### Material supplied
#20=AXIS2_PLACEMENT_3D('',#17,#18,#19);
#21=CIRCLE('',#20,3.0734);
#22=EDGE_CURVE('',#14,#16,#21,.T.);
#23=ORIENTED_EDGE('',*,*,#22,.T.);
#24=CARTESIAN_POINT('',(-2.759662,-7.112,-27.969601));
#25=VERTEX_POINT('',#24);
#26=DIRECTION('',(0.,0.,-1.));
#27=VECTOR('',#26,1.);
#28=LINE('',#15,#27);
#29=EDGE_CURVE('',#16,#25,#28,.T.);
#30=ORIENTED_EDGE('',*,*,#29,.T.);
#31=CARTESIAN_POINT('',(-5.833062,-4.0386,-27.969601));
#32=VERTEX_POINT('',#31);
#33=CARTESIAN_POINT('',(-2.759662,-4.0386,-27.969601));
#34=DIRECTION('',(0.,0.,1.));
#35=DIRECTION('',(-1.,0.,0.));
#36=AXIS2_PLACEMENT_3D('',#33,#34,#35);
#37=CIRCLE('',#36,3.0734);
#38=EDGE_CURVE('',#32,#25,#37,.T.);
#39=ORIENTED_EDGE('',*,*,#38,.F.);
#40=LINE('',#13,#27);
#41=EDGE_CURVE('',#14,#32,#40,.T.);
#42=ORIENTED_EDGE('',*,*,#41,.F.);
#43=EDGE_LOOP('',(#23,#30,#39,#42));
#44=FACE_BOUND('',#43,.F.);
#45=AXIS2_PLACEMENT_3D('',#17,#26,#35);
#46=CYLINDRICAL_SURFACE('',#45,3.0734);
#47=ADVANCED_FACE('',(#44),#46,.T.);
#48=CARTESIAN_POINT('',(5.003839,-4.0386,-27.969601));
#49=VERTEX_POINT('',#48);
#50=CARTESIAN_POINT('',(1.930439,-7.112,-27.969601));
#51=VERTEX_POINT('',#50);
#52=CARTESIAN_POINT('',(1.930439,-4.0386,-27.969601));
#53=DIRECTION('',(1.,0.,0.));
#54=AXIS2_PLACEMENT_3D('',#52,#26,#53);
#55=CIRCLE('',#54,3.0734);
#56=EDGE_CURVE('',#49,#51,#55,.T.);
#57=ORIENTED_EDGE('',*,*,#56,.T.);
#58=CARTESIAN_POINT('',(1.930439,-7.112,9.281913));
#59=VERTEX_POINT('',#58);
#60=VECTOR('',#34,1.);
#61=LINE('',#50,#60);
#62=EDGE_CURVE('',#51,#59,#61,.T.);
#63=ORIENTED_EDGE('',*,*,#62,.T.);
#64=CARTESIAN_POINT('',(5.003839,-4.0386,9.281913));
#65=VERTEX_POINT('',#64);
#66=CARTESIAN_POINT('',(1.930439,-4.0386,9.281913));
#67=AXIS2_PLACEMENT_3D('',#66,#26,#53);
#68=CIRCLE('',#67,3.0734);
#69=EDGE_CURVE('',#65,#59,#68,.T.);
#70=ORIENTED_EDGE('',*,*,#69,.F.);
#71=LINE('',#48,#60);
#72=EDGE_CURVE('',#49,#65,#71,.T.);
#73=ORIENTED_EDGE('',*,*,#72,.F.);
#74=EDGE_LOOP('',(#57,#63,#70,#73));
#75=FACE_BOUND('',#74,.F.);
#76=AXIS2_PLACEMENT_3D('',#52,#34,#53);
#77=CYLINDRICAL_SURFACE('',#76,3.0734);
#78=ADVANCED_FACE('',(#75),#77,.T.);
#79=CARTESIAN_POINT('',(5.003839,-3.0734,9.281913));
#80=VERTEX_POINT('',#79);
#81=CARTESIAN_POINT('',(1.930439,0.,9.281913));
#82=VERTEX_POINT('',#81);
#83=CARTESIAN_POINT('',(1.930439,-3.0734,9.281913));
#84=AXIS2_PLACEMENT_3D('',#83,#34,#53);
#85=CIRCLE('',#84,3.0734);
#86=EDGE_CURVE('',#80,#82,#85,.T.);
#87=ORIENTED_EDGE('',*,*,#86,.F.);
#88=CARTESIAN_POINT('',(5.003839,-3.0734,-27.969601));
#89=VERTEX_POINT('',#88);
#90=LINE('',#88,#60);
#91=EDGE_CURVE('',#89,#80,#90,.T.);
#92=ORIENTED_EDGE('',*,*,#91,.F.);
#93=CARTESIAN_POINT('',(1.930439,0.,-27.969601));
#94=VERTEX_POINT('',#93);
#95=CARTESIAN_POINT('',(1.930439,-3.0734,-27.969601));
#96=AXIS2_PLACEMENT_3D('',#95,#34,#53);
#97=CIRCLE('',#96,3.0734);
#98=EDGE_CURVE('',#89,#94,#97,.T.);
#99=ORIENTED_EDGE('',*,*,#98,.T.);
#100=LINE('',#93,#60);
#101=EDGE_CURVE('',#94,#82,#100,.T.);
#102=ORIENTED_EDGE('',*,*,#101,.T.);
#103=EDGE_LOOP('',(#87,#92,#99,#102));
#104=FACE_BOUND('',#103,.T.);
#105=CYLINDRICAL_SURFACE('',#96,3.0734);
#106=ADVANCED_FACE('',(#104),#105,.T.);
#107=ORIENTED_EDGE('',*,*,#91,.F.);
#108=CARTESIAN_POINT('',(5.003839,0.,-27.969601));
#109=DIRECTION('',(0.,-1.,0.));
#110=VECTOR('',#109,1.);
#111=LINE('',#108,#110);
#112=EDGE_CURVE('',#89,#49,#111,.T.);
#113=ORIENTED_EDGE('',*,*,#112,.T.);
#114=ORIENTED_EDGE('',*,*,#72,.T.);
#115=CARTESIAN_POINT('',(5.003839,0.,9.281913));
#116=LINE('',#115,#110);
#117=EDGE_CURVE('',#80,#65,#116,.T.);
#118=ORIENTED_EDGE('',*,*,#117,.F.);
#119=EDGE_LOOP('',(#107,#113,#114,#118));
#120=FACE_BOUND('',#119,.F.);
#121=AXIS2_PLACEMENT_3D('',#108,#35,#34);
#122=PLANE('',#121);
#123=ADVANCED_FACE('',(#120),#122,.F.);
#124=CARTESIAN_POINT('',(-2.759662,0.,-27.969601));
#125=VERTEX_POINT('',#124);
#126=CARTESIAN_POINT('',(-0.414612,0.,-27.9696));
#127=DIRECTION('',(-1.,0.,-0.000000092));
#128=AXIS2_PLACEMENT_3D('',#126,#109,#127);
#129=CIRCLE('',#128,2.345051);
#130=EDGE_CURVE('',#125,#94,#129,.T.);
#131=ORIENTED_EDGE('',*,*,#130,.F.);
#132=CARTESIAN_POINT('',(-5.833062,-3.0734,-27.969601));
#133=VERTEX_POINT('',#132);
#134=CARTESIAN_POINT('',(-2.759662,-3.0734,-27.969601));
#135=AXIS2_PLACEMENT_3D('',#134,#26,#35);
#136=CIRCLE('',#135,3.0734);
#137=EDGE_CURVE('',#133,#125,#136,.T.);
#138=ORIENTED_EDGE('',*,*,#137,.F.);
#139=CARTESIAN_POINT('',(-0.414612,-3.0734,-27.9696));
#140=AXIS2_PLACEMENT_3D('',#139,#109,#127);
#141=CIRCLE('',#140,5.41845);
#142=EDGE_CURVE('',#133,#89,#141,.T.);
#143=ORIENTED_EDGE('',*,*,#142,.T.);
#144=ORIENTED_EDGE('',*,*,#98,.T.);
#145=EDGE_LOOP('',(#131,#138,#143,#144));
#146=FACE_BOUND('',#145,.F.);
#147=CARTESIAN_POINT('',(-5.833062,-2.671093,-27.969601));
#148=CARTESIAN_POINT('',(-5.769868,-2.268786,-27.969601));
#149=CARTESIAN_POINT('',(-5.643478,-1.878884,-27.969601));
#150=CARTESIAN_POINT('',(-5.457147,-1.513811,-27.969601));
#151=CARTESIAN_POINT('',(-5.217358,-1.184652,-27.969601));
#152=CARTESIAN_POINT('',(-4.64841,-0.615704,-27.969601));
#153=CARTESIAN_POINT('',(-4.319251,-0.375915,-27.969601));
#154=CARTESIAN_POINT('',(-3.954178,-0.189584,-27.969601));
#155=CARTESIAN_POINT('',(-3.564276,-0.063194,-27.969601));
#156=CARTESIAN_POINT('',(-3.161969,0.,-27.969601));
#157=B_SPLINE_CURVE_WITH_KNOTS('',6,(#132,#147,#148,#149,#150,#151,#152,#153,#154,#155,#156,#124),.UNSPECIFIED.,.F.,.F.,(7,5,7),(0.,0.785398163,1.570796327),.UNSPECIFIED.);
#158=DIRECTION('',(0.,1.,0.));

### Task brief
In the data above, find the line with "#104=FACE_BOUND('',#103,.T.);" and the line with "#110=VECTOR('',#109,1.);". Retype both, plus every line between them, exactly.

### Task answer
#104=FACE_BOUND('',#103,.T.);
#105=CYLINDRICAL_SURFACE('',#96,3.0734);
#106=ADVANCED_FACE('',(#104),#105,.T.);
#107=ORIENTED_EDGE('',*,*,#91,.F.);
#108=CARTESIAN_POINT('',(5.003839,0.,-27.969601));
#109=DIRECTION('',(0.,-1.,0.));
#110=VECTOR('',#109,1.);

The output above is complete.